» DIRECTIONS FOR THIS TASK
In the records below, find the line with "line L5 (-2, 1.1547) -> (-2, -1.1547)" and the line with "The same part"; return exactly those lines and every line between them.

(Saved data entries)

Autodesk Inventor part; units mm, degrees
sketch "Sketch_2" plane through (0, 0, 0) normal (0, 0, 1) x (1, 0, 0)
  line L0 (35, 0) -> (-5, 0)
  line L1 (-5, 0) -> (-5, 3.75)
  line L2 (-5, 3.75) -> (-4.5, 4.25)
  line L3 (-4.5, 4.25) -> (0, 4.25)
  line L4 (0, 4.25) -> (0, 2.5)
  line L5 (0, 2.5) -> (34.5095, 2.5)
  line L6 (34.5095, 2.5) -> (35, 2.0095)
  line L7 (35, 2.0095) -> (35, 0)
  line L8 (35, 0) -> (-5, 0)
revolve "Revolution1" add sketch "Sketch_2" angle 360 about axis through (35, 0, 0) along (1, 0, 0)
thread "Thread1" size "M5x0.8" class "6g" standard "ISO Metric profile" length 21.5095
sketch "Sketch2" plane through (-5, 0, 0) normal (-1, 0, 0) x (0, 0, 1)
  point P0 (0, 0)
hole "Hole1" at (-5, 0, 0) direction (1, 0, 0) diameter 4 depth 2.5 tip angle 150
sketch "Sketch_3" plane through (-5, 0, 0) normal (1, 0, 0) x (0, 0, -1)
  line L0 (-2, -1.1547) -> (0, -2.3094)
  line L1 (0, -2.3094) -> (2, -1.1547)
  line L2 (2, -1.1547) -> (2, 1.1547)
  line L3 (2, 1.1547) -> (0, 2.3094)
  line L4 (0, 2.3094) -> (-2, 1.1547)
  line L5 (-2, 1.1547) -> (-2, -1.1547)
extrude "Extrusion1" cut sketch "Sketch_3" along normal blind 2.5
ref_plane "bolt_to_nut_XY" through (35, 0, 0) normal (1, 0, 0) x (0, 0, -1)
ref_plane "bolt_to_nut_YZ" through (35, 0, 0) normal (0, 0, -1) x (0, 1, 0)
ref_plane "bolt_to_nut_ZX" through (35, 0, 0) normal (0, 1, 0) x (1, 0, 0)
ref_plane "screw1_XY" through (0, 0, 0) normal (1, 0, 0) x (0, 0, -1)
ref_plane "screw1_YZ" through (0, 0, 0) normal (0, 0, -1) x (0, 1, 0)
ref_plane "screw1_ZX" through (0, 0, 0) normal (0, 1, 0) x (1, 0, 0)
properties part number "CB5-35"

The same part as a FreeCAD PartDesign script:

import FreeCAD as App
import Part
import Sketcher
Q = App.Units.Quantity

doc = App.newDocument("Part")
body = doc.addObject("PartDesign::Body", "Body")

sketch1 = body.newObject("Sketcher::SketchObject", "Sketch")
sketch1.AttachmentSupport = (doc.getObject("XY_Plane"), [""])
sketch1.MapMode = "FlatFace"
sketch1.addGeometry([
    Part.LineSegment(App.Vector(-5, 0, 0), App.Vector(35, 0, 0)),
    Part.LineSegment(App.Vector(35, 0, 0), App.Vector(35, 2.0095, 0)),
    Part.LineSegment(App.Vector(35, 2.0095, 0), App.Vector(34.5095, 2.5, 0)),
    Part.LineSegment(App.Vector(34.5095, 2.5, 0), App.Vector(0, 2.5, 0)),
    Part.LineSegment(App.Vector(0, 2.5, 0), App.Vector(0, 4.25, 0)),
    Part.LineSegment(App.Vector(0, 4.25, 0), App.Vector(-4.5, 4.25, 0)),
    Part.LineSegment(App.Vector(-4.5, 4.25, 0), App.Vector(-5, 3.75, 0)),
    Part.LineSegment(App.Vector(-5, 3.75, 0), App.Vector(-5, 0, 0)),
], False)
sketch1.addConstraint([
    Sketcher.Constraint("Coincident", 0, 2, 1, 1),
    Sketcher.Constraint("Coincident", 1, 2, 2, 1),
    Sketcher.Constraint("Coincident", 2, 2, 3, 1),
    Sketcher.Constraint("Coincident", 3, 2, 4, 1),
    Sketcher.Constraint("Coincident", 4, 2, 5, 1),
    Sketcher.Constraint("Coincident", 5, 2, 6, 1),
    Sketcher.Constraint("Coincident", 6, 2, 7, 1),
    Sketcher.Constraint("Coincident", 7, 2, 0, 1),
    Sketcher.Constraint("Horizontal", 0),
    Sketcher.Constraint("Vertical", 1),
    Sketcher.Constraint("Horizontal", 3),
    Sketcher.Constraint("Vertical", 4),
    Sketcher.Constraint("Horizontal", 5),
    Sketcher.Constraint("Vertical", 7),
    Sketcher.Constraint("PointOnObject", 0, 2, -1),
    Sketcher.Constraint("PointOnObject", 3, 2, -2),
    Sketcher.Constraint("Perpendicular", 2, 6),
    Sketcher.Constraint("DistanceX", 0, 1, 0, 2, Q("40 mm")),
    Sketcher.Constraint("Angle", 2, Q("135 deg")),
    Sketcher.Constraint("DistanceX", 5, 2, 5, 1, Q("4.5 mm")),
    Sketcher.Constraint("DistanceX", -1, 1, 0, 2, Q("35 mm")),
    Sketcher.Constraint("DistanceY", 4, 1, 4, 2, Q("1.75 mm")),
    Sketcher.Constraint("DistanceY", 7, 2, 7, 1, Q("3.75 mm")),
    Sketcher.Constraint("DistanceX", 3, 2, 3, 1, Q("34.5095 mm")),
])
revolution = body.newObject("PartDesign::Revolution", "Revolution")
revolution.Profile = sketch1
revolution.ReferenceAxis = (sketch1, ["H_Axis"])
revolution.Angle = 360

sketch2 = body.newObject("Sketcher::SketchObject", "Sketch001")
sketch2.AttachmentSupport = (doc.getObject("YZ_Plane"), [""])
sketch2.MapMode = "FlatFace"
sketch2.AttachmentOffset = App.Placement(App.Vector(0, 0, -5), App.Rotation())
sketch2.addGeometry(Part.Circle(App.Vector(0, 0, 0), App.Vector(0, 0, 1), 2), False)
sketch2.addConstraint([
    Sketcher.Constraint("Coincident", 0, 3, -1, 1),
    Sketcher.Constraint("Diameter", 0, Q("4 mm")),
])
doc.recompute()
hole = body.newObject("PartDesign::Hole", "Hole")
hole.Profile = sketch2
hole.ThreadType = "None"
hole.Diameter = 4
hole.DepthType = "Dimension"
hole.Depth = 2.5
hole.DrillPoint = "Angled"
hole.DrillPointAngle = 150
hole.Reversed = True

sketch3 = body.newObject("Sketcher::SketchObject", "Sketch002")
sketch3.AttachmentSupport = (doc.getObject("YZ_Plane"), [""])
sketch3.MapMode = "FlatFace"
sketch3.AttachmentOffset = App.Placement(App.Vector(0, 0, -5), App.Rotation())
sketch3.addGeometry([
    Part.LineSegment(App.Vector(1.1547, 2, 0), App.Vector(-1.1547, 2, 0)),
    Part.LineSegment(App.Vector(-1.1547, 2, 0), App.Vector(-2.3094, 0, 0)),
    Part.LineSegment(App.Vector(-2.3094, 0, 0), App.Vector(-1.1547, -2, 0)),
    Part.LineSegment(App.Vector(-1.1547, -2, 0), App.Vector(1.1547, -2, 0)),
    Part.LineSegment(App.Vector(1.1547, -2, 0), App.Vector(2.3094, 0, 0)),
    Part.LineSegment(App.Vector(2.3094, 0, 0), App.Vector(1.1547, 2, 0)),
], False)
sketch3.addConstraint([
    Sketcher.Constraint("Coincident", 0, 2, 1, 1),
    Sketcher.Constraint("Coincident", 1, 2, 2, 1),
    Sketcher.Constraint("Coincident", 2, 2, 3, 1),
    Sketcher.Constraint("Coincident", 3, 2, 4, 1),
    Sketcher.Constraint("Coincident", 4, 2, 5, 1),
    Sketcher.Constraint("Coincident", 5, 2, 0, 1),
    Sketcher.Constraint("Horizontal", 0),
    Sketcher.Constraint("Horizontal", 3),
    Sketcher.Constraint("Symmetric", 0, 2, 3, 2, -1, 1),
    Sketcher.Constraint("Symmetric", 1, 2, 4, 2, -1, 1),
    Sketcher.Constraint("PointOnObject", 1, 2, -1),
    Sketcher.Constraint("Parallel", 2, 5),
    Sketcher.Constraint("Vertical", 0, 2, 2, 2),
    Sketcher.Constraint("Angle", 1, Q("-120 deg")),
    Sketcher.Constraint("DistanceY", -1, 1, 0, 2, Q("2 mm")),
    Sketcher.Constraint("DistanceX", 0, 2, 0, 1, Q("2.3094 mm")),
])
pocket1 = body.newObject("PartDesign::Pocket", "Pocket")
pocket1.Profile = sketch3
pocket1.Length = 2.5
pocket1.Reversed = True

doc.recompute()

» TASK RESPONSE
  line L5 (-2, 1.1547) -> (-2, -1.1547)
extrude "Extrusion1" cut sketch "Sketch_3" along normal blind 2.5
ref_plane "bolt_to_nut_XY" through (35, 0, 0) normal (1, 0, 0) x (0, 0, -1)
ref_plane "bolt_to_nut_YZ" through (35, 0, 0) normal (0, 0, -1) x (0, 1, 0)
ref_plane "bolt_to_nut_ZX" through (35, 0, 0) normal (0, 1, 0) x (1, 0, 0)
ref_plane "screw1_XY" through (0, 0, 0) normal (1, 0, 0) x (0, 0, -1)
ref_plane "screw1_YZ" through (0, 0, 0) normal (0, 0, -1) x (0, 1, 0)
ref_plane "screw1_ZX" through (0, 0, 0) normal (0, 1, 0) x (1, 0, 0)
properties part number "CB5-35"

The same part as a FreeCAD PartDesign script:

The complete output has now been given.